◆ Problem requirements: Take the data below and extract the lines from the one with "v -42.016 0 30.044" to the one with "v -41.369 0 51.136", inclusive, exactly as written.

◆ Data excerpts:
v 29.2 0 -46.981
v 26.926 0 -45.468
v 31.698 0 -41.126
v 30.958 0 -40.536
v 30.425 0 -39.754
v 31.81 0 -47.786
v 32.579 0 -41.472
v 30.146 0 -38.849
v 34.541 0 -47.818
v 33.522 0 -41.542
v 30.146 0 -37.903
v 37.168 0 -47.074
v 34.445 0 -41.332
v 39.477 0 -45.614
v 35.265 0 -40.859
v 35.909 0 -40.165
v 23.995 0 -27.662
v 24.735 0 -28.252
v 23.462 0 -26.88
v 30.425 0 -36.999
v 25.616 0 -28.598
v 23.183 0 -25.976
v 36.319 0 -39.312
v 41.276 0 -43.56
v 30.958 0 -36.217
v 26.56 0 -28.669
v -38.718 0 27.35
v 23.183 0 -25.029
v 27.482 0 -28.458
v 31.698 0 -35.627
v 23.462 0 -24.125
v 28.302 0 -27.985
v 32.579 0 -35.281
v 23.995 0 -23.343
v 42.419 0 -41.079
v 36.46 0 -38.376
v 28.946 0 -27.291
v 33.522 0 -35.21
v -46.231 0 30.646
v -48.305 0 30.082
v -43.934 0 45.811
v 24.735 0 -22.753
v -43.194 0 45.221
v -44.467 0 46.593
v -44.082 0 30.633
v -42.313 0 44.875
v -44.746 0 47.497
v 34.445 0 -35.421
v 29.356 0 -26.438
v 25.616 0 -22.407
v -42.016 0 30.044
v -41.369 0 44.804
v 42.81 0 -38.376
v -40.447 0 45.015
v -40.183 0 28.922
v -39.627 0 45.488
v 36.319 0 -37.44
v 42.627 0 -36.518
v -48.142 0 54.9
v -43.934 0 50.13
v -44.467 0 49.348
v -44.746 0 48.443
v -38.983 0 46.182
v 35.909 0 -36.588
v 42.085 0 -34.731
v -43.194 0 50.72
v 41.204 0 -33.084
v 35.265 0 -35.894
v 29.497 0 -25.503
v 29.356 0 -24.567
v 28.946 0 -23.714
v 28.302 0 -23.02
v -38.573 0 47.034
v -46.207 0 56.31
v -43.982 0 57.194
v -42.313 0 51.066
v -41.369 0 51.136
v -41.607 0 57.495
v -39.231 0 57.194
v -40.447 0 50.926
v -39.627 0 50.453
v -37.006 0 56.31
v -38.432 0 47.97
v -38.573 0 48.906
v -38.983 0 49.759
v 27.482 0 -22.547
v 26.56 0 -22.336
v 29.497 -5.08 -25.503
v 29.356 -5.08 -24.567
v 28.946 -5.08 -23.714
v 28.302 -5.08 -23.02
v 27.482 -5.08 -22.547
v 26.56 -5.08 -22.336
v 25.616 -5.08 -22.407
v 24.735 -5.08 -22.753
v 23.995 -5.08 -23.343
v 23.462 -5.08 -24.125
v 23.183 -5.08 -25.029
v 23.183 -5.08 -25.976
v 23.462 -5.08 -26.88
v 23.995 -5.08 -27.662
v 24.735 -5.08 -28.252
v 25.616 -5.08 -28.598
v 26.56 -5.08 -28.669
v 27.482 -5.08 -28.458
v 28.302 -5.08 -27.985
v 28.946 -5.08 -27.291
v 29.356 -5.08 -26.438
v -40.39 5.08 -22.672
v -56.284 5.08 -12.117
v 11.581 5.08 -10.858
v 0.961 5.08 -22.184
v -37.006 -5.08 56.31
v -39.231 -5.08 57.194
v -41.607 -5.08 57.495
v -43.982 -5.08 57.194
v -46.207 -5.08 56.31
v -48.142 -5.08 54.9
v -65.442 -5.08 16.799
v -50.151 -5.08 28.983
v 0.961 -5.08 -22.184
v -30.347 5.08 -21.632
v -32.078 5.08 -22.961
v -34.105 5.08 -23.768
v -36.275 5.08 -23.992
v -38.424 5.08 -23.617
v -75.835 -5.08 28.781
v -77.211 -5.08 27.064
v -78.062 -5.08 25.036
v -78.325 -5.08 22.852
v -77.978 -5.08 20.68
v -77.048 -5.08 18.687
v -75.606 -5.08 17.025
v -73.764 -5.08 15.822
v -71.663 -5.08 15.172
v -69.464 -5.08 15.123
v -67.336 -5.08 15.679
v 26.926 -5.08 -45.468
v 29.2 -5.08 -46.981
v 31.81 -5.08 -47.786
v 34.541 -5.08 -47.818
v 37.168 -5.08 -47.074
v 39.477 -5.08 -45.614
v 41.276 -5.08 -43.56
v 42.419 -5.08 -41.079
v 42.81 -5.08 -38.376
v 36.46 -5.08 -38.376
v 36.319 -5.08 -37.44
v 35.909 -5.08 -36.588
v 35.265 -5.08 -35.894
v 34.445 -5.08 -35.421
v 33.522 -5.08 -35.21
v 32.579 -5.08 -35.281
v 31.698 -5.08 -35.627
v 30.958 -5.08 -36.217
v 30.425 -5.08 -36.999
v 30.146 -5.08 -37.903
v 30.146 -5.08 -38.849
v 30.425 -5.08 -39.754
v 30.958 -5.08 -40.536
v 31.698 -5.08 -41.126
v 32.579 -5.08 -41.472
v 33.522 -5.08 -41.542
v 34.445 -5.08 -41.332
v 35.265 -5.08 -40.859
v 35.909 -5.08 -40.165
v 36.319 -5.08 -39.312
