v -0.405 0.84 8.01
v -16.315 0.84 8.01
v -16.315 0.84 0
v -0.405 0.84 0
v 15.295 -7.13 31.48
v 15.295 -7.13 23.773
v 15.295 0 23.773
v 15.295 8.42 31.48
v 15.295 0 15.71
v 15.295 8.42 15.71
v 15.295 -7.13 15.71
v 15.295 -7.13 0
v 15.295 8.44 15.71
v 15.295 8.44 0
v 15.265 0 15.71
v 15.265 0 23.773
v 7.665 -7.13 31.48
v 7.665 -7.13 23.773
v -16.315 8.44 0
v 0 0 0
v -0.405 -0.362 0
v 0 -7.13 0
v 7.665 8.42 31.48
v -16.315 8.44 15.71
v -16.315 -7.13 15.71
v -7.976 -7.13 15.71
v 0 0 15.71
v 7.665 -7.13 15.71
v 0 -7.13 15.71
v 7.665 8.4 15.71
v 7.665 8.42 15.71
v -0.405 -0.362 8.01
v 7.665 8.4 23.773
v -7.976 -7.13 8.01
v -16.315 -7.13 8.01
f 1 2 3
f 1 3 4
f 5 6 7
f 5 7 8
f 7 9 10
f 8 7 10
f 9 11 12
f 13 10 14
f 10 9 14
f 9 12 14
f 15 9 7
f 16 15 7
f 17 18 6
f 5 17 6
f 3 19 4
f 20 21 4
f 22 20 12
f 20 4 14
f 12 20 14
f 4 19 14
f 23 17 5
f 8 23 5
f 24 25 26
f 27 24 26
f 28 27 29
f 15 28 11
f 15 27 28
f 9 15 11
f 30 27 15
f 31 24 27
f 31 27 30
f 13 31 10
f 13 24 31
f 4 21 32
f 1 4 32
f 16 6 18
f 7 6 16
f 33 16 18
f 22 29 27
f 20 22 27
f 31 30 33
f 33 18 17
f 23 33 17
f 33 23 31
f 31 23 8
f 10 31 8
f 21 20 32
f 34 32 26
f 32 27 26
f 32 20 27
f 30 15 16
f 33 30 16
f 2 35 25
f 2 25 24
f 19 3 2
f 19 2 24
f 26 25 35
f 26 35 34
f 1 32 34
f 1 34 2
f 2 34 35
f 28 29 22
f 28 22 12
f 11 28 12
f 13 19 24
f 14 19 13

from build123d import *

# Parameters (mm, degrees)
F0_W      = 31.61
F0_H      = 15.57
F1_DEPTH  = 15.71
F2_W      = 7.63
F2_H      = 15.77
F3_DEPTH  = 15.55
F5_DEPTH  = 7.97
F7_DEPTH  = 25
F8_W      = 7.1303485631
F8_H      = 8.063195222
F9_DEPTH  = 25
F10_SIZE2 = 7.6
F10_SIZE  = 8.4


with BuildPart() as f1:
    # F0 (on Top) → F1 (new body)
    with BuildSketch(Plane.XY):
        with Locations((-0.5104932934, 0.6546514369)):
            Rectangle(F0_W, F0_H)
    extrude(amount=F1_DEPTH)

    # F2 (on face) → F3 (join)
    with BuildSketch(Plane.XZ.offset(7.1303485631)):
        with Locations((11.4795067066, 23.595)):
            Rectangle(F2_W, F2_H)
    extrude(amount=-F3_DEPTH)

    # F4 (on face) → F5 (cut)
    with BuildSketch(Plane.XZ.offset(7.1303485631)):
        Polygon((-0.4054932934, 0), (-0.4054932934, 8.01), (-8.0654932934, 8.01), (-16.3154932934, 8.01), (-16.3154932934, 0), align=None)
    extrude(amount=-F5_DEPTH, mode=Mode.SUBTRACT)

    # F6 (on face) → F7 (cut)
    with BuildSketch(Plane.XY.offset(15.71)):
        Polygon((0, 0), (-7.9760523513, -7.1303485631), (0, -7.1303485631), align=None)
    extrude(amount=-F7_DEPTH, mode=Mode.SUBTRACT)

    # F8 (on face) → F9 (cut)
    with BuildSketch(Plane.YZ.offset(15.2945067066)):
        with Locations((-3.5651742816, 19.741597611)):
            Rectangle(F8_W, F8_H)
    extrude(amount=-F9_DEPTH, mode=Mode.SUBTRACT)

    # F10
    f10_edges = [f1.edges().sort_by_distance(p)[0] for p in [
        (7.664507, 0, 19.741598),
    ]]
    f10_side = f1.faces().sort_by_distance((7.664507, 1.933934, 24.775126))[0]
    chamfer(f10_edges, length=F10_SIZE, length2=F10_SIZE2, reference=f10_side)


solid = f1.part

◆ Problem solution:
v -42.016 0 30.044
v -41.369 0 44.804
v 42.81 0 -38.376
v -40.447 0 45.015
v -40.183 0 28.922
v -39.627 0 45.488
v 36.319 0 -37.44
v 42.627 0 -36.518
v -48.142 0 54.9
v -43.934 0 50.13
v -44.467 0 49.348
v -44.746 0 48.443
v -38.983 0 46.182
v 35.909 0 -36.588
v 42.085 0 -34.731
v -43.194 0 50.72
v 41.204 0 -33.084
v 35.265 0 -35.894
v 29.497 0 -25.503
v 29.356 0 -24.567
v 28.946 0 -23.714
v 28.302 0 -23.02
v -38.573 0 47.034
v -46.207 0 56.31
v -43.982 0 57.194
v -42.313 0 51.066
v -41.369 0 51.136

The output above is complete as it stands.